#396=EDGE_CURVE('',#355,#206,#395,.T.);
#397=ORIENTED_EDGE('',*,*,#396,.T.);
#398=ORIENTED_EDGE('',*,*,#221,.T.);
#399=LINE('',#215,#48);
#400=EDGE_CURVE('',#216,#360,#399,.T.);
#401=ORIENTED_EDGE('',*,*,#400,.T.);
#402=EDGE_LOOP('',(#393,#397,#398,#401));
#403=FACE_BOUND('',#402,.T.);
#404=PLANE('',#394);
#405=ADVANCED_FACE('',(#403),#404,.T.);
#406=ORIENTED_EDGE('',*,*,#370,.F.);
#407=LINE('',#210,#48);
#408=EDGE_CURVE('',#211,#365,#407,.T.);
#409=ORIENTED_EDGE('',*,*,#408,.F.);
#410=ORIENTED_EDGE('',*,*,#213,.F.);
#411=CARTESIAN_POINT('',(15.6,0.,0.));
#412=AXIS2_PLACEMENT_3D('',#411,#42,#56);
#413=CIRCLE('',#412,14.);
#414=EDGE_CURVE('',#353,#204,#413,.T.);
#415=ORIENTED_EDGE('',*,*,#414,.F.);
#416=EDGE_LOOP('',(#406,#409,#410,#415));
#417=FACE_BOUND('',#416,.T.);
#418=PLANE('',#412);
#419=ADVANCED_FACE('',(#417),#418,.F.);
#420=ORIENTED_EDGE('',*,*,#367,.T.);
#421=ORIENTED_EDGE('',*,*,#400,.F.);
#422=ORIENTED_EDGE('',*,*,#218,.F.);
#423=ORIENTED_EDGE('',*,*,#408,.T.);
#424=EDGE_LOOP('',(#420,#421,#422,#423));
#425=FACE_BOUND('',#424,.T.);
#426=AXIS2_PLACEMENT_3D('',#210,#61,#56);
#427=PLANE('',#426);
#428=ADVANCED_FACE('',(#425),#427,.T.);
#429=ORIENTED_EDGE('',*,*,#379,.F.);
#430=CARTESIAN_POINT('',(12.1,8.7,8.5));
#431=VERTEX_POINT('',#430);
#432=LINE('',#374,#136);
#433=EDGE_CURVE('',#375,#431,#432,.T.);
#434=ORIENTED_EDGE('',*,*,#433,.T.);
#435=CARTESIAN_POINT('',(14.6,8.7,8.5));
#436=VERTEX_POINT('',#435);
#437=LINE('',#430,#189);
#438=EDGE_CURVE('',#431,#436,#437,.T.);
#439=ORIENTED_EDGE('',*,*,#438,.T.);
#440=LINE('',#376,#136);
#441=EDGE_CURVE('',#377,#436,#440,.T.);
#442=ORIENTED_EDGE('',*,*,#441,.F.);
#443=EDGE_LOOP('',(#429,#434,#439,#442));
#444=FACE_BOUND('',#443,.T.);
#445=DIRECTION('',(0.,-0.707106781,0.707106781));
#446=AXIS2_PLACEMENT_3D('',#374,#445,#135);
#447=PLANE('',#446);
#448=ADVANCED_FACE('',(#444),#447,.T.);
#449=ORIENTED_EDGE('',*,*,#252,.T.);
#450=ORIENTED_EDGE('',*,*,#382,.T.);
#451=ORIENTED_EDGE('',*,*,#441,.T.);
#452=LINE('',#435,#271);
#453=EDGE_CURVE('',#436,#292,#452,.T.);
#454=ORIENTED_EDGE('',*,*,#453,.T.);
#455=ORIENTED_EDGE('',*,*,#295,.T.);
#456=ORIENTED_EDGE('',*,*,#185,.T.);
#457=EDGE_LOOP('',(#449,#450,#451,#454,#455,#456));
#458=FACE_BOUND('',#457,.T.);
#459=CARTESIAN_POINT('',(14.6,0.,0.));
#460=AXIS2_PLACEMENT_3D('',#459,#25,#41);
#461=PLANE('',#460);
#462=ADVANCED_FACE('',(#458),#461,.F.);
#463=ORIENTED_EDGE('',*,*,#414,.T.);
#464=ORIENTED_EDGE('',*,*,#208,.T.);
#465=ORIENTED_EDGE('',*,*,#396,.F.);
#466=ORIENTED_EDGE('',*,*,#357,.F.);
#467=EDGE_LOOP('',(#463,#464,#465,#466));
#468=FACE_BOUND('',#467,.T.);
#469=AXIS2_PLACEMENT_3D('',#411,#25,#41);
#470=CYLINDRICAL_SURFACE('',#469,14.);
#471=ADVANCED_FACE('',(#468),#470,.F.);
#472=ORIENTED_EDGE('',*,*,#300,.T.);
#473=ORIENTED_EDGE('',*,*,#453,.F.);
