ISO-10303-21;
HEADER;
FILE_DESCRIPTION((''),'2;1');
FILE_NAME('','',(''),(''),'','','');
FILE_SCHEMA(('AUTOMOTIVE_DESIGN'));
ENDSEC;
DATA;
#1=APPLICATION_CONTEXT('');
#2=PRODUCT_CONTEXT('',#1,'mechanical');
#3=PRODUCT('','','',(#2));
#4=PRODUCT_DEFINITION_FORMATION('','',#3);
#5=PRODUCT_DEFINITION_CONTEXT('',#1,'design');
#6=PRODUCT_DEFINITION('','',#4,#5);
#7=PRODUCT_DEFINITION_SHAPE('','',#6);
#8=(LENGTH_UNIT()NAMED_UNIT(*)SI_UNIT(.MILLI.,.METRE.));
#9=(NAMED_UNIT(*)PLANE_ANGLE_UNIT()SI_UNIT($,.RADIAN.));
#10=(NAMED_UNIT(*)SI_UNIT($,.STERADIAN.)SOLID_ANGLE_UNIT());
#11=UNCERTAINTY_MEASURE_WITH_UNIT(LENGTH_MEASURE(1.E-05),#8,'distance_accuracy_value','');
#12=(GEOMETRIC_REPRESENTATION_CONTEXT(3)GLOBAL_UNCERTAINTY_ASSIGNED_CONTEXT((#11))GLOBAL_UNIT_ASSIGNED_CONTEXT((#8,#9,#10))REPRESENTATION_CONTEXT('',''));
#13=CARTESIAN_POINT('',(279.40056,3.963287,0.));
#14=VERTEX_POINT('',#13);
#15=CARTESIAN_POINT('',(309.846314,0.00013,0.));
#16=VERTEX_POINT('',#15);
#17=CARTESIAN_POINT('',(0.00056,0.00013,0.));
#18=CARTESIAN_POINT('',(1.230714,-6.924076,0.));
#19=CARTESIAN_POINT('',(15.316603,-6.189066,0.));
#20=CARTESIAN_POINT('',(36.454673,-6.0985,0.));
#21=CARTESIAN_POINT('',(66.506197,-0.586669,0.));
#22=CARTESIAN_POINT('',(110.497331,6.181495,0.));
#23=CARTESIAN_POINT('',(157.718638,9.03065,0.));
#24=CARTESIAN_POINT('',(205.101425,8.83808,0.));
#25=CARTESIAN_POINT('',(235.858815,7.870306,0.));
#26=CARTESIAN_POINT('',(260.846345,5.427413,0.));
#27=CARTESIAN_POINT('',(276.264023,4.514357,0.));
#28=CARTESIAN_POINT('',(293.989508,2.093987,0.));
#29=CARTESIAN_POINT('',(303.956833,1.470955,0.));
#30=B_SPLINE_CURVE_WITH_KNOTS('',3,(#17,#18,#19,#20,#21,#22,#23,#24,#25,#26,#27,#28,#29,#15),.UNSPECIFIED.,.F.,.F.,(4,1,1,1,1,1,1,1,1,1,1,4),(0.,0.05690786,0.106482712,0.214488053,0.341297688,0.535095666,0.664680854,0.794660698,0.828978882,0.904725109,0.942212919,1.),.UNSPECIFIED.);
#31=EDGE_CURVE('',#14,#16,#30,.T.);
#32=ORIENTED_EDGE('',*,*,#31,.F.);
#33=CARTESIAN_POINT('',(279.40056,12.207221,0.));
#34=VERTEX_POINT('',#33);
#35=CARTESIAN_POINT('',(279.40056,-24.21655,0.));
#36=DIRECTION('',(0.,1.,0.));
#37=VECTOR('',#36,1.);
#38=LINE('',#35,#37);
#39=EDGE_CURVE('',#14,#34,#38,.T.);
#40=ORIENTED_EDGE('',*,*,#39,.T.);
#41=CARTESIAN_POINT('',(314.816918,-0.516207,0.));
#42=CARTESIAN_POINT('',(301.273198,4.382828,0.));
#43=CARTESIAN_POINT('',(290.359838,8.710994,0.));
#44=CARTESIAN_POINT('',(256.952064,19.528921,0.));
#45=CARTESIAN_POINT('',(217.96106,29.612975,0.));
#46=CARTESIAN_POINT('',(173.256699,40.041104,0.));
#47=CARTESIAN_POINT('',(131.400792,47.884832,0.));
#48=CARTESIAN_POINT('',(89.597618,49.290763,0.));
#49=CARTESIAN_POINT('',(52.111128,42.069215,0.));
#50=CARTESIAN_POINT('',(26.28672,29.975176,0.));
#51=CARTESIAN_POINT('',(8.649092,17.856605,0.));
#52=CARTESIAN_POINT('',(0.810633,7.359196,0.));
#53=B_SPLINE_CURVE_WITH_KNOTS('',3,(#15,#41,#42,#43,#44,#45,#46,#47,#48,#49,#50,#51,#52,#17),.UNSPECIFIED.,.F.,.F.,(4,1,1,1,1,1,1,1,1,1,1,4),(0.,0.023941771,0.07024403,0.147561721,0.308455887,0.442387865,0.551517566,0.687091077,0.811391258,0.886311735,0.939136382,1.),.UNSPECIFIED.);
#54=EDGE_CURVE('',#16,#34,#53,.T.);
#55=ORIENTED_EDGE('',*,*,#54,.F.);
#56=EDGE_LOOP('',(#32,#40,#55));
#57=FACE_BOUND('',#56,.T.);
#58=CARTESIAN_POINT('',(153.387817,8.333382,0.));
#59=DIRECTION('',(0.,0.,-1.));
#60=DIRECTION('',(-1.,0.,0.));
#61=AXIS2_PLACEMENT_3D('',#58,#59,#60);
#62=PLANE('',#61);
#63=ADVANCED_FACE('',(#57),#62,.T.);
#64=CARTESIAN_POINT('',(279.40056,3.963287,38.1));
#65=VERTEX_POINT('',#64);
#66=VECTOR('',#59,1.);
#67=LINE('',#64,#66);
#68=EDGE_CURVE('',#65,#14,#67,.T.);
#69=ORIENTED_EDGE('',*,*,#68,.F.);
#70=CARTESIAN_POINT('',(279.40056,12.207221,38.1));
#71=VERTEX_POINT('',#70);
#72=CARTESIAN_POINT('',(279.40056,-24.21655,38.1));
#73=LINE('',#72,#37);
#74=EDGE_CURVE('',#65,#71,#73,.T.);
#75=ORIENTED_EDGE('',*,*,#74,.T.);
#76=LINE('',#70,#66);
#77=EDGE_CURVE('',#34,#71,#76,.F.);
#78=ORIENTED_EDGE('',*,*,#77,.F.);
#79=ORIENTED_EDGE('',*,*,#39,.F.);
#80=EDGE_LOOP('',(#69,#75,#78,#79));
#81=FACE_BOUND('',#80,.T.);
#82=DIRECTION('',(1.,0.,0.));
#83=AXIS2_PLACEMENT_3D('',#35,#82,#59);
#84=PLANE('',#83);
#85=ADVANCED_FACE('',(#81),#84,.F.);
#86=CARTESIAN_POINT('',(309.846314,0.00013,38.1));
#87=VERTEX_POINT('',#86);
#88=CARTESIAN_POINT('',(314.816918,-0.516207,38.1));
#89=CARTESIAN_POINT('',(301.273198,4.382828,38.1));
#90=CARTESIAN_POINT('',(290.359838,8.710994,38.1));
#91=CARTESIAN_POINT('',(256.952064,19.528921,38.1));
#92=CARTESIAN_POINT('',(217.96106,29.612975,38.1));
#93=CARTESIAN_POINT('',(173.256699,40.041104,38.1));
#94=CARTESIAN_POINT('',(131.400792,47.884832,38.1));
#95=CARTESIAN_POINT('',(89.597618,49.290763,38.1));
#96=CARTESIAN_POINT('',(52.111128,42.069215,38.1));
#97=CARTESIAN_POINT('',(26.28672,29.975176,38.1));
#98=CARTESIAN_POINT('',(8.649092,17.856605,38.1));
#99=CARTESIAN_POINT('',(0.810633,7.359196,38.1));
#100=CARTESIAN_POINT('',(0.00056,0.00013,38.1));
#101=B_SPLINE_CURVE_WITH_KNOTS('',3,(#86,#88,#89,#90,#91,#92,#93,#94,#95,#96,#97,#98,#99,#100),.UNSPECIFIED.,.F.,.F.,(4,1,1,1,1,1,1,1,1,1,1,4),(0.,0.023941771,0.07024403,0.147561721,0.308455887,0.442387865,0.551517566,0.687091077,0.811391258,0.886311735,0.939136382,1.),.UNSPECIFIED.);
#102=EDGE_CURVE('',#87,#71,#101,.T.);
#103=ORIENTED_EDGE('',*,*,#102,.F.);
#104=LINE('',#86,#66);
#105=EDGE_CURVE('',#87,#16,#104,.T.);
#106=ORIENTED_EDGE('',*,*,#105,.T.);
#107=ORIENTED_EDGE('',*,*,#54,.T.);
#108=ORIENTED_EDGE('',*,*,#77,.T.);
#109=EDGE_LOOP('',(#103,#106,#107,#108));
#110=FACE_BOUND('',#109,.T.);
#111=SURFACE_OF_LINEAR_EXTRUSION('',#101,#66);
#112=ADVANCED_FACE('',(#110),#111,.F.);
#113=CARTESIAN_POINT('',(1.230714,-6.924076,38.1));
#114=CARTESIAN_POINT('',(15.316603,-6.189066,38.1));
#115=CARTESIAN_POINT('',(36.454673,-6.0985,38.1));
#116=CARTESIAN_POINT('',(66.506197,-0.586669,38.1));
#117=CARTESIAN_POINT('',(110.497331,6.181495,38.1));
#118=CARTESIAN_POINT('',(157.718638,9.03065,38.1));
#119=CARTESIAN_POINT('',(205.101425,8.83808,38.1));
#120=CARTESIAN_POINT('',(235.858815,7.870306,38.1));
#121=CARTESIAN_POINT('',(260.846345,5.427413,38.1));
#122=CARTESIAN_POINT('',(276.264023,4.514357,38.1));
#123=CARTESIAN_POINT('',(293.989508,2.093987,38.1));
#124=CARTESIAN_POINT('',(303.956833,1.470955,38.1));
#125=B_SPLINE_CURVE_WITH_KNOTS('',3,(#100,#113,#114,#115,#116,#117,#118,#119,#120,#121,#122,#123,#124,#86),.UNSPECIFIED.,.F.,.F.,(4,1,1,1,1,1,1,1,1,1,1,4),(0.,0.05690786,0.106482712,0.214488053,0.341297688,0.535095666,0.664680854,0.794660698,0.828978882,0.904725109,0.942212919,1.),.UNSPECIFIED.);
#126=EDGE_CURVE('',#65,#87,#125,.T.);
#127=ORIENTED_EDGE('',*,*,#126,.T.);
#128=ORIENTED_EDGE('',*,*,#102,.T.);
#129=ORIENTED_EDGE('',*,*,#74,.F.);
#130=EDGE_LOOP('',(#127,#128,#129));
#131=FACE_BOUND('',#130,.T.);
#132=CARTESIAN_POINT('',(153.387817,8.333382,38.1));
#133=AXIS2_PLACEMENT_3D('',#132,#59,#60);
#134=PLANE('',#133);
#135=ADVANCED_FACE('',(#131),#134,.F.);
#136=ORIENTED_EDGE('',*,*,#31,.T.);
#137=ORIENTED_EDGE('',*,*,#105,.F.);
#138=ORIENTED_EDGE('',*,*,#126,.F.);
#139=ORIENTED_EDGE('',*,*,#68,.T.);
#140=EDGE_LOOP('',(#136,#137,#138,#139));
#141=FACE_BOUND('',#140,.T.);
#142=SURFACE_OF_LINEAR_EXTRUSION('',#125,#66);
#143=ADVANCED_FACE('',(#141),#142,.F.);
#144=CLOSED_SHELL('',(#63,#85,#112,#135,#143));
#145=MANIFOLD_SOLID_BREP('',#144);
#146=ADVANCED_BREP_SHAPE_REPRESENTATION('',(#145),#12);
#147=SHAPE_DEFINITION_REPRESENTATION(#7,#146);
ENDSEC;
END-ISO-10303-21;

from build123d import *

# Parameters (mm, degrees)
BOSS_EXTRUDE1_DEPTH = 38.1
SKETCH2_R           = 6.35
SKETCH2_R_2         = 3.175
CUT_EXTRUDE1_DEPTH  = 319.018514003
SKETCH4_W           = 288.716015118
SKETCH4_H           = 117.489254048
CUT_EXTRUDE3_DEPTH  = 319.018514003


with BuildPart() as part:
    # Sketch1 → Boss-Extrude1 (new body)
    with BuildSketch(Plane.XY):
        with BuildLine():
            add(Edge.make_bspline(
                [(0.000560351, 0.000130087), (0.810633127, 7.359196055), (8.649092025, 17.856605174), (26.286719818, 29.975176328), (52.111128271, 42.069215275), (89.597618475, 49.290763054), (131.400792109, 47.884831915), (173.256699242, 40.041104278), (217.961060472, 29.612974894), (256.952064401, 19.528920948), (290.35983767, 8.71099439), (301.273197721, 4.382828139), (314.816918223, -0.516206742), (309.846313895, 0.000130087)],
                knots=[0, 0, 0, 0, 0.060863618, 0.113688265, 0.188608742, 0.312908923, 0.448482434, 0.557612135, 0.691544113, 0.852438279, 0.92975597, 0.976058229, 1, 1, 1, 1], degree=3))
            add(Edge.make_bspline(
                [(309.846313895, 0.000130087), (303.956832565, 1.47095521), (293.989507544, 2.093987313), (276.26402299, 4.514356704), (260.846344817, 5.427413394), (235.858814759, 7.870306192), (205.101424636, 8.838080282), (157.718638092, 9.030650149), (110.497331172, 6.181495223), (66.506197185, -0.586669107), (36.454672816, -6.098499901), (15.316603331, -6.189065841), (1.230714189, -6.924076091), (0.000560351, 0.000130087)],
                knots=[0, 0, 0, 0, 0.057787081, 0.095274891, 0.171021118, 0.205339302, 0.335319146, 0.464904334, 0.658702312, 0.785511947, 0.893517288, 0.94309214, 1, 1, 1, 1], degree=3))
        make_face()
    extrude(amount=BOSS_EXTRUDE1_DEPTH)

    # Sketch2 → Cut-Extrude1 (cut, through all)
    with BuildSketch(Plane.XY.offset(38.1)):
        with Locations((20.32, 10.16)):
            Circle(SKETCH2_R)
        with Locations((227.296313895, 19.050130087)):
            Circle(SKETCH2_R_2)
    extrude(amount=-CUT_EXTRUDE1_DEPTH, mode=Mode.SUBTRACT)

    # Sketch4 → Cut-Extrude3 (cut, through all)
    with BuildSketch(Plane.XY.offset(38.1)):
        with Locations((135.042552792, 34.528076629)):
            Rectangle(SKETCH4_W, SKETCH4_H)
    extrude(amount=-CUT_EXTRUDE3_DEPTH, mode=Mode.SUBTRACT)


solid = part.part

==

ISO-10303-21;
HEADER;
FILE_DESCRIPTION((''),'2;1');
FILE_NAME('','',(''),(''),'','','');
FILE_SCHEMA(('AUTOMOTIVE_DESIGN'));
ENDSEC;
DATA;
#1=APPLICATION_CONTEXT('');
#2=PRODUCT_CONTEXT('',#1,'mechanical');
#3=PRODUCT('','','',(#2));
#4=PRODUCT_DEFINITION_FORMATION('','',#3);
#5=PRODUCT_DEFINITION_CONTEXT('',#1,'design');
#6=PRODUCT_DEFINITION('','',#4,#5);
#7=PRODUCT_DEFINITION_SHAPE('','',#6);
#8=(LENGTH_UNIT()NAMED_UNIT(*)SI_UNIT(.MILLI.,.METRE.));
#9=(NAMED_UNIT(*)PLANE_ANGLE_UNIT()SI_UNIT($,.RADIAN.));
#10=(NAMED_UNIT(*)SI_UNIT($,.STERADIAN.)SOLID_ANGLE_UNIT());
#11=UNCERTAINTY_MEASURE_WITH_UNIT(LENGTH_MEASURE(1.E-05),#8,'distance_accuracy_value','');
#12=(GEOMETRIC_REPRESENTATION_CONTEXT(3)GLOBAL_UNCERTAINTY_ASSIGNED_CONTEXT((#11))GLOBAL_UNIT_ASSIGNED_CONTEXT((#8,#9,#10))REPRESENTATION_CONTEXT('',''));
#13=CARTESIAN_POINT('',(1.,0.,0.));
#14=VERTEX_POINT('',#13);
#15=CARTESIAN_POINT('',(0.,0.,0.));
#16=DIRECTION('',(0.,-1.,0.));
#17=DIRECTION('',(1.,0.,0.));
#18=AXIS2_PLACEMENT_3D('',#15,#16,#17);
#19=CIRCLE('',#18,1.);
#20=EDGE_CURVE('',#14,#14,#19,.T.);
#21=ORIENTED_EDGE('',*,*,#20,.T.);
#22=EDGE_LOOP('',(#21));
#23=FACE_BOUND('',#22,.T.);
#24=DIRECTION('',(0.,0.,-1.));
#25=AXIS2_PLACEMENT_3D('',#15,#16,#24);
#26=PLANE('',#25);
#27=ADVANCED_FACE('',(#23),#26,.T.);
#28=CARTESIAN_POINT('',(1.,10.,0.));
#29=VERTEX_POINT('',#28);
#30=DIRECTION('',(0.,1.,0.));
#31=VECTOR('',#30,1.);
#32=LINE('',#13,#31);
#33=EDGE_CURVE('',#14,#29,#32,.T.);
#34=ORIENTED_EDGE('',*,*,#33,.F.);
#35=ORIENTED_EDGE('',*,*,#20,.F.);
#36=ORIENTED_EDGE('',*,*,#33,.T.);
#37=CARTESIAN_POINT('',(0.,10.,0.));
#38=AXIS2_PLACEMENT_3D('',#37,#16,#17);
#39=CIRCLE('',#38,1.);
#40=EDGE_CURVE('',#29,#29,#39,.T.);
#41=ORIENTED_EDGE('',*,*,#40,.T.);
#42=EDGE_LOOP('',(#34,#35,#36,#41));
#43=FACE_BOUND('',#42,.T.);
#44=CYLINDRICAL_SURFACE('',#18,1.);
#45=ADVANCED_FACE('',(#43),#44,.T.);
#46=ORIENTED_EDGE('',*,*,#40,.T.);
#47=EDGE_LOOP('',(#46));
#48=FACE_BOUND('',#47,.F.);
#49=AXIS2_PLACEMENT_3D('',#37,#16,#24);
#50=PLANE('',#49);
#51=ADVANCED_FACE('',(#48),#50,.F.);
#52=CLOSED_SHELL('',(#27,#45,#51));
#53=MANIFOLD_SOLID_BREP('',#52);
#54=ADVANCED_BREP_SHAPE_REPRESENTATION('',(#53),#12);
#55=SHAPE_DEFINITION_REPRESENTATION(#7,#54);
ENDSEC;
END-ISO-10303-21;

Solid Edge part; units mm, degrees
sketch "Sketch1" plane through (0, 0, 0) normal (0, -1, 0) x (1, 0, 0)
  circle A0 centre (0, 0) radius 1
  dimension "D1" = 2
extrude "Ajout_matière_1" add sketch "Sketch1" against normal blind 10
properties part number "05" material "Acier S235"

▶ **EXERCISE**
Please give an exact copy of the entries above, from the line with "#62=PLANE('',#61);" down to the line with "#81=FACE_BOUND('',#80,.T.);", inclusive, and nothing else.

▶ **THE ANSWER**
#62=PLANE('',#61);
#63=ADVANCED_FACE('',(#57),#62,.T.);
#64=CARTESIAN_POINT('',(279.40056,3.963287,38.1));
#65=VERTEX_POINT('',#64);
#66=VECTOR('',#59,1.);
#67=LINE('',#64,#66);
#68=EDGE_CURVE('',#65,#14,#67,.T.);
#69=ORIENTED_EDGE('',*,*,#68,.F.);
#70=CARTESIAN_POINT('',(279.40056,12.207221,38.1));
#71=VERTEX_POINT('',#70);
#72=CARTESIAN_POINT('',(279.40056,-24.21655,38.1));
#73=LINE('',#72,#37);
#74=EDGE_CURVE('',#65,#71,#73,.T.);
#75=ORIENTED_EDGE('',*,*,#74,.T.);
#76=LINE('',#70,#66);
#77=EDGE_CURVE('',#34,#71,#76,.F.);
#78=ORIENTED_EDGE('',*,*,#77,.F.);
#79=ORIENTED_EDGE('',*,*,#39,.F.);
#80=EDGE_LOOP('',(#69,#75,#78,#79));
#81=FACE_BOUND('',#80,.T.);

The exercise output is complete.